Multi-Tenancy
The GYBC platform uses JWT custom claims and API keys to isolate tenants. Dashboard users get tenant_id and role custom claims, while tenant end-users authenticate via publishable keys with per-key OIDC config.
Concepts
| Term | Description |
|---|---|
| Dashboard Firebase Project | Firebase project for platform admins (gybc-staging) — flat user pool, no tenant feature |
| Custom Claims | tenant_id and role set on dashboard users via Firebase Admin SDK |
| Tenant ID | Unique identifier (e.g., socayo-a1b2c3) — stored in JWT custom claims and Unkey externalId |
Secret Key (sk_) | Backend-to-backend API key, scoped to a tenant |
Publishable Key (pk_) | Frontend-safe API key, requires a user JWT alongside it |
Architecture
Authentication Methods
1. Publishable Key + User JWT (Client Apps)
For end-user facing applications (iOS, web). Requires both a publishable key and a user JWT.
curl -X POST https://api.yocaso.dev/api/v1/llm/gateway/list-threads \
-H "X-API-Key: pk_your_key_here" \
-H "Authorization: Bearer <firebase-user-jwt>" \
-H "Content-Type: application/json" \
-d '{}'
How it works:
- Auth service verifies the publishable key via Unkey
- Retrieves the OIDC config stored in the key's metadata
- Validates the user JWT against that OIDC config (issuer, audience, signature)
- Extracts
tenant_idfrom the key,user_idfrom the JWT - Both must be valid — the key alone or JWT alone is not enough
2. Secret Key (Backend-to-Backend)
For server-to-server calls from the tenant's own backend. No user JWT needed.
curl -X POST https://api.yocaso.dev/api/v1/llm/gateway/list-threads \
-H "X-API-Key: sk_your_key_here" \
-H "Content-Type: application/json" \
-d '{}'
3. JWT Only (Dashboard)
For tenant admins using the GYBC dashboard directly.

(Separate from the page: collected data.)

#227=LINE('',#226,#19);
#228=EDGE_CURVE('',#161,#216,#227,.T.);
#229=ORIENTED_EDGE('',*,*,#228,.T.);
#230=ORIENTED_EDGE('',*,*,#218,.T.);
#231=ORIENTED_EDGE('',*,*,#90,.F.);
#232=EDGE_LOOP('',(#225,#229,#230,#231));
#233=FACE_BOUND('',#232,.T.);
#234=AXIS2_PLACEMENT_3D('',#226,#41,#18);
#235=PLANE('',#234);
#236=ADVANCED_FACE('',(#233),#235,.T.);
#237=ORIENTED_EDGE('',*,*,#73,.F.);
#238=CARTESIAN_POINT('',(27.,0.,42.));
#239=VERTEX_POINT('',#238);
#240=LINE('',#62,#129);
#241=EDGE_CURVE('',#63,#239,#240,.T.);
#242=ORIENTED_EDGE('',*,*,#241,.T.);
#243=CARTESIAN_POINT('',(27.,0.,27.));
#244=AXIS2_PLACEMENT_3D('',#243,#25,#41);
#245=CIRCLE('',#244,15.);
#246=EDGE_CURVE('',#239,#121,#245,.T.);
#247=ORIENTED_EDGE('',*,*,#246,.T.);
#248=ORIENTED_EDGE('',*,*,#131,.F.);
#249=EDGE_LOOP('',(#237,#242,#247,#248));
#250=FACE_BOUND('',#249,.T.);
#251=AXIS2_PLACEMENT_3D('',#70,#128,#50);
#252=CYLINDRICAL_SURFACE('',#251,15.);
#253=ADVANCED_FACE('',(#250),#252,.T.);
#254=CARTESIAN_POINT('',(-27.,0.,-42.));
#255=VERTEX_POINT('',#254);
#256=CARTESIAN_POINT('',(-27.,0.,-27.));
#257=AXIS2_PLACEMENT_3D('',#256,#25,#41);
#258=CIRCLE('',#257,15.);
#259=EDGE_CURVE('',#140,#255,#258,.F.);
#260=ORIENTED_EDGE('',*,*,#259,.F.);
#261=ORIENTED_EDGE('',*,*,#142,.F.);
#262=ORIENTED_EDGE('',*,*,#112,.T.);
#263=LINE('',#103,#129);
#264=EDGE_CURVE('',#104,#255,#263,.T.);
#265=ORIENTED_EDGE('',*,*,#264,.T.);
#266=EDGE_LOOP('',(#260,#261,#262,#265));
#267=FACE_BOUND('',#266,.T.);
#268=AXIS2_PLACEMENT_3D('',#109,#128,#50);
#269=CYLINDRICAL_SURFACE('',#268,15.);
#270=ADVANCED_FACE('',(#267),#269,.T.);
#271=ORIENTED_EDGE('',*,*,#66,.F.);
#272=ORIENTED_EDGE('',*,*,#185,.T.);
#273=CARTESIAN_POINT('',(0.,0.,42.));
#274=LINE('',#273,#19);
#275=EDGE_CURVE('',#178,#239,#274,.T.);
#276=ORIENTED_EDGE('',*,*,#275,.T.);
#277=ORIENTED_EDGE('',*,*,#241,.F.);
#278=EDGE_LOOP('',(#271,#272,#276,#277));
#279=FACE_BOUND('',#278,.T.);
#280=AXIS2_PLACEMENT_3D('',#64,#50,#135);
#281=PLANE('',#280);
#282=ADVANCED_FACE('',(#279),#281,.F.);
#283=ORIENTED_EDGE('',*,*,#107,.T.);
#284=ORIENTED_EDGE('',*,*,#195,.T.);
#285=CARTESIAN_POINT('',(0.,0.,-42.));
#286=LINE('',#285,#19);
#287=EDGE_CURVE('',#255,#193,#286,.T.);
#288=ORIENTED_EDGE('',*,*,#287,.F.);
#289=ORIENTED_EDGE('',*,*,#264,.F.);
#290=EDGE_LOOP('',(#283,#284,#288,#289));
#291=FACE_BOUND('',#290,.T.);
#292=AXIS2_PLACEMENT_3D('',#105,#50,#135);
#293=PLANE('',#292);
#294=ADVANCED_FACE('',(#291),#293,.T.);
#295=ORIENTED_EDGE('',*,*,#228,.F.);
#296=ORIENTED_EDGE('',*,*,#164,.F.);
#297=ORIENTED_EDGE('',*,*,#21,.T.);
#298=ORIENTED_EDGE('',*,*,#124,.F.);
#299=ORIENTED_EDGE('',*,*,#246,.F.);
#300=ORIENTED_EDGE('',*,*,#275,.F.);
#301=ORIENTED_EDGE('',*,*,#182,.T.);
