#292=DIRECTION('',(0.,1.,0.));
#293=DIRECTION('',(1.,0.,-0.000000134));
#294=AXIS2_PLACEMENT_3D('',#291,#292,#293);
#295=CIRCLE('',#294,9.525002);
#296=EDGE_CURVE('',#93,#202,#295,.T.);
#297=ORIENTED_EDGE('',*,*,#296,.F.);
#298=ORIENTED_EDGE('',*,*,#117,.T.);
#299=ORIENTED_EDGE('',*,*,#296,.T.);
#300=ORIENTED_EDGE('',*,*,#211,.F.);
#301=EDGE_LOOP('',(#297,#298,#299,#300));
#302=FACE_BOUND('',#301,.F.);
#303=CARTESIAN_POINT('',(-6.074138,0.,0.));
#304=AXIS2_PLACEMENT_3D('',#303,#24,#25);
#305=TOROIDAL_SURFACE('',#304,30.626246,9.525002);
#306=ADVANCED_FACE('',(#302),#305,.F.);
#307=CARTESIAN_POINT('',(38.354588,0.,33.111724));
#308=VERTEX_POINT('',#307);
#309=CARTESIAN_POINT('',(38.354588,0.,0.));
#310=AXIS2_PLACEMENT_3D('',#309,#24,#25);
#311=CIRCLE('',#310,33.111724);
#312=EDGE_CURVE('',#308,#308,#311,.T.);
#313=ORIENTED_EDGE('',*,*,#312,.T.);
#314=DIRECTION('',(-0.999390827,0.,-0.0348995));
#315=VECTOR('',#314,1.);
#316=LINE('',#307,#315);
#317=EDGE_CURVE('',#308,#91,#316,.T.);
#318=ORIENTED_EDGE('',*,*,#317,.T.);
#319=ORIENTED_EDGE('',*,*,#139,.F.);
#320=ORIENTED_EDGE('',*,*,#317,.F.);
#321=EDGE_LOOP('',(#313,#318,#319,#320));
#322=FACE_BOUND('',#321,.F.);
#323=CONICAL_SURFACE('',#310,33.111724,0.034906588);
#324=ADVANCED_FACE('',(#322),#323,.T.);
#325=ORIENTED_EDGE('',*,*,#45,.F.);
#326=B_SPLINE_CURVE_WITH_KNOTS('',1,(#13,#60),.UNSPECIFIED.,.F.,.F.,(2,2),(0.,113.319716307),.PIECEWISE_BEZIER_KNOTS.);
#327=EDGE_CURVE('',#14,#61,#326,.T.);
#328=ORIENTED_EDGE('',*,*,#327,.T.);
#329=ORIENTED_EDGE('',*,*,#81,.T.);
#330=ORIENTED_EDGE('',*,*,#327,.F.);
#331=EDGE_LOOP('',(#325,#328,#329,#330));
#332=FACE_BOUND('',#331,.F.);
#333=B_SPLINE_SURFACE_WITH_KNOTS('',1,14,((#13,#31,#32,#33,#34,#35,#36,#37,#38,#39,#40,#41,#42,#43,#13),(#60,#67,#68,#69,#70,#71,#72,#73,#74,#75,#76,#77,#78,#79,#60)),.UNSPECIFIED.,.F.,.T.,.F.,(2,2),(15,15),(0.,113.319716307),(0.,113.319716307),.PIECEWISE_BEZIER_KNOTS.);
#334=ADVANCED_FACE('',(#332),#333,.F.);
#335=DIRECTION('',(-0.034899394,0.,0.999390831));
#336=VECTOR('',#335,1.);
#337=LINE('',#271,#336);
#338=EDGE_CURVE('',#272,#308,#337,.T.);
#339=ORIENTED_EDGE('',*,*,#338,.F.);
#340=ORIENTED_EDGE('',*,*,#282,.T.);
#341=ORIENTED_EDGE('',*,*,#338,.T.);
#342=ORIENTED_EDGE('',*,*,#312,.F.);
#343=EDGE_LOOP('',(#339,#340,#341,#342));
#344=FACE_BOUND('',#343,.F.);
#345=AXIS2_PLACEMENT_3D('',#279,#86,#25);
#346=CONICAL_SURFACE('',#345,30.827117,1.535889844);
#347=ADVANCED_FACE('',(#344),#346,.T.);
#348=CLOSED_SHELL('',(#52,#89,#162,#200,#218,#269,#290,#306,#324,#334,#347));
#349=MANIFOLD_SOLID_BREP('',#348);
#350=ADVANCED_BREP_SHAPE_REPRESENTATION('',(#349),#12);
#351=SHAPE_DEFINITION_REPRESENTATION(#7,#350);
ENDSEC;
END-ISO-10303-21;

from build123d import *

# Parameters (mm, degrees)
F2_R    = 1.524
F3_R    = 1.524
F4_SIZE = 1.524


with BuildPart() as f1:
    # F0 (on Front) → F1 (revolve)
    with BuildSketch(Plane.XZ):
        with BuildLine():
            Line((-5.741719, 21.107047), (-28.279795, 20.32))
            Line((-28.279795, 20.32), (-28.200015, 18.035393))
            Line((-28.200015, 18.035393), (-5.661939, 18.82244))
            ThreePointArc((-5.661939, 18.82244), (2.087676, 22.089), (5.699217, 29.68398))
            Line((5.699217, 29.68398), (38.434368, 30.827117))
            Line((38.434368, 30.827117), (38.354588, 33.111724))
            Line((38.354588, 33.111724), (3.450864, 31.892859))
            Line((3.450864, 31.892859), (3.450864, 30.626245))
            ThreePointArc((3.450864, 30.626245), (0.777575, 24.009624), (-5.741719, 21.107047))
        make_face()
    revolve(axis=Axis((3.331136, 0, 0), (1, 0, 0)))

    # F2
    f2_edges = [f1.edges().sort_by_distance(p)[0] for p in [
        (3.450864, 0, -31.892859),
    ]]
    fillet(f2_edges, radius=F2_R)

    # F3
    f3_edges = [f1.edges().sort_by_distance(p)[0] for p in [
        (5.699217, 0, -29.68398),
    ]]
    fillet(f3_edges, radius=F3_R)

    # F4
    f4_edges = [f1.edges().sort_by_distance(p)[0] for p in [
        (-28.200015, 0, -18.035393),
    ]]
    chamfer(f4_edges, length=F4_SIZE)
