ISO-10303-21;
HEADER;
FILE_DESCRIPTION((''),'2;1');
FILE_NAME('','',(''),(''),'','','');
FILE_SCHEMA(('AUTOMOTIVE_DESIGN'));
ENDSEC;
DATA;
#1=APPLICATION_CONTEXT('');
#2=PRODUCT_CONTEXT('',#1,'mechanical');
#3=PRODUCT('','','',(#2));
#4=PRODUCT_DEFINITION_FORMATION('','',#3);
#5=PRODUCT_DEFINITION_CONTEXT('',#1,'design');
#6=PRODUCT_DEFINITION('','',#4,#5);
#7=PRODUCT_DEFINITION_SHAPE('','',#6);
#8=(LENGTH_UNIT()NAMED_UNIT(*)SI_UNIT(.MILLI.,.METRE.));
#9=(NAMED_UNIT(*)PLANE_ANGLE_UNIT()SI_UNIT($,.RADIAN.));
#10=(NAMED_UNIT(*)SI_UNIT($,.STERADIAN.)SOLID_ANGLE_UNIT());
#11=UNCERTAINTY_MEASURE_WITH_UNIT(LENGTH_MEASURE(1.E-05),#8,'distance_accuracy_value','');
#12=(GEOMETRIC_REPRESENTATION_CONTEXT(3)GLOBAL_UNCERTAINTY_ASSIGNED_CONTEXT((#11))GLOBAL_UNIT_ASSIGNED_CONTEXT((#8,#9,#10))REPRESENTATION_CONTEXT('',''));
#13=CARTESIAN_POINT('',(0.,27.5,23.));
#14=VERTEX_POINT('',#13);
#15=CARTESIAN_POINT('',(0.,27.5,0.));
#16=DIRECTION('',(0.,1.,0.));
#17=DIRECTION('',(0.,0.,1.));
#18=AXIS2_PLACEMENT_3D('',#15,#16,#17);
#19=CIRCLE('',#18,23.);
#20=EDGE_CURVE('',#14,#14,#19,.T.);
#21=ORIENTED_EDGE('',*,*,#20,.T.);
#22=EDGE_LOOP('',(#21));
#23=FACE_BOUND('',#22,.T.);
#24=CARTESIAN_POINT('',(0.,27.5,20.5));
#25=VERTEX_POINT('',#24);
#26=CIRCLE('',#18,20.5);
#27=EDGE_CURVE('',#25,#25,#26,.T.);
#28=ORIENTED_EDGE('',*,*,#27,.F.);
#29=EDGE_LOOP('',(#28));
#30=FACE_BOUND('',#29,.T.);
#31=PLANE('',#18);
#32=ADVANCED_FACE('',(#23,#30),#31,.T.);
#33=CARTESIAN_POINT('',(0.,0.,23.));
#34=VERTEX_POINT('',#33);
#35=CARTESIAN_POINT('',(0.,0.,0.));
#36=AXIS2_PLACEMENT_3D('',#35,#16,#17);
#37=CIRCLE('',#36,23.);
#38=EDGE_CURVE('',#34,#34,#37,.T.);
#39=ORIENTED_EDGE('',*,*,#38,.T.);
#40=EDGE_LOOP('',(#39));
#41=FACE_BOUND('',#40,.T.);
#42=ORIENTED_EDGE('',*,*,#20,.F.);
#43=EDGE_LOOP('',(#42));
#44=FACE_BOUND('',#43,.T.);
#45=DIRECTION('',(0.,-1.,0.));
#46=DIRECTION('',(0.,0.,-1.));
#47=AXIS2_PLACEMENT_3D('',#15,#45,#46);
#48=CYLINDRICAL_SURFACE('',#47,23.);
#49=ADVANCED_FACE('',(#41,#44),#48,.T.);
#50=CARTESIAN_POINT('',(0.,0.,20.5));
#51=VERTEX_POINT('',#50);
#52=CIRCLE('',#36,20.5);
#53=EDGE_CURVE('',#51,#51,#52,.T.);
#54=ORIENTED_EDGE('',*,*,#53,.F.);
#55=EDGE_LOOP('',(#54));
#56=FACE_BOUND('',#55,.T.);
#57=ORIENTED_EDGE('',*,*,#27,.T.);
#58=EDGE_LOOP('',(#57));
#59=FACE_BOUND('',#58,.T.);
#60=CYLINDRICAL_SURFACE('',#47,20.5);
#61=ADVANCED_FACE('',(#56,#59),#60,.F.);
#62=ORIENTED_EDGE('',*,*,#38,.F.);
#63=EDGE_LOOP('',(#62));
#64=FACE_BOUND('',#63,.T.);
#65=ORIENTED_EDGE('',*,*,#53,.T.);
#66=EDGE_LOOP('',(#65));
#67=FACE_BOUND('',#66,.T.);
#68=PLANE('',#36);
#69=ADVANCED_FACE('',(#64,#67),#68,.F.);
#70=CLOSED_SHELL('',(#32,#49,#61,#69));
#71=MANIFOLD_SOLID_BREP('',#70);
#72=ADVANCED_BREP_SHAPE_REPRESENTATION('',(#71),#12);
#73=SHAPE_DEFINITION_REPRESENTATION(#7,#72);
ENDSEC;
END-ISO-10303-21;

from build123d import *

# Parameters (mm, degrees)
SKETCH_1_R      = 23
SKETCH_1_R_2    = 20.5
EXTRUDE_1_DEPTH = 27.5


with BuildPart() as part:
    # 草图1 → 凸台-拉伸1 (new body)
    with BuildSketch(Plane(origin=(0, 0, 0), x_dir=(1, 0, 0), z_dir=(0, 1, 0))):
        Circle(SKETCH_1_R)
        Circle(SKETCH_1_R_2, mode=Mode.SUBTRACT)
    extrude(amount=EXTRUDE_1_DEPTH)


solid = part.part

curl -X POST https://api.yocaso.dev/api/v1/llm/gateway/list-threads \
-H "Authorization: Bearer <firebase-jwt>" \
-H "Content-Type: application/json" \
-d '{}'
Tenant Setup Guide
Step 1: Dashboard User Setup
Dashboard users authenticate via the gybc-staging Firebase project (flat user pool, no tenants). After creating an organization, the backend sets custom claims via Firebase Admin SDK:
{
"tenant_id": "socayo-a1b2c3",
"role": "admin"
}
New users start without tenant_id — they get it after creating an organization via the dashboard.
Step 2: Verify JWT Contains Custom Claims
After org creation, the dashboard forces a token refresh. The JWT should include:
{
"sub": "user-uid",
"email": "admin@socayo.com",
"tenant_id": "socayo-a1b2c3",
"role": "admin",
"iss": "https://securetoken.google.com/gybc-staging",
"aud": "gybc-staging"
}
Step 4: Create API Keys for the Tenant
Authenticate as an admin (JWT or existing secret key), then create keys for the tenant.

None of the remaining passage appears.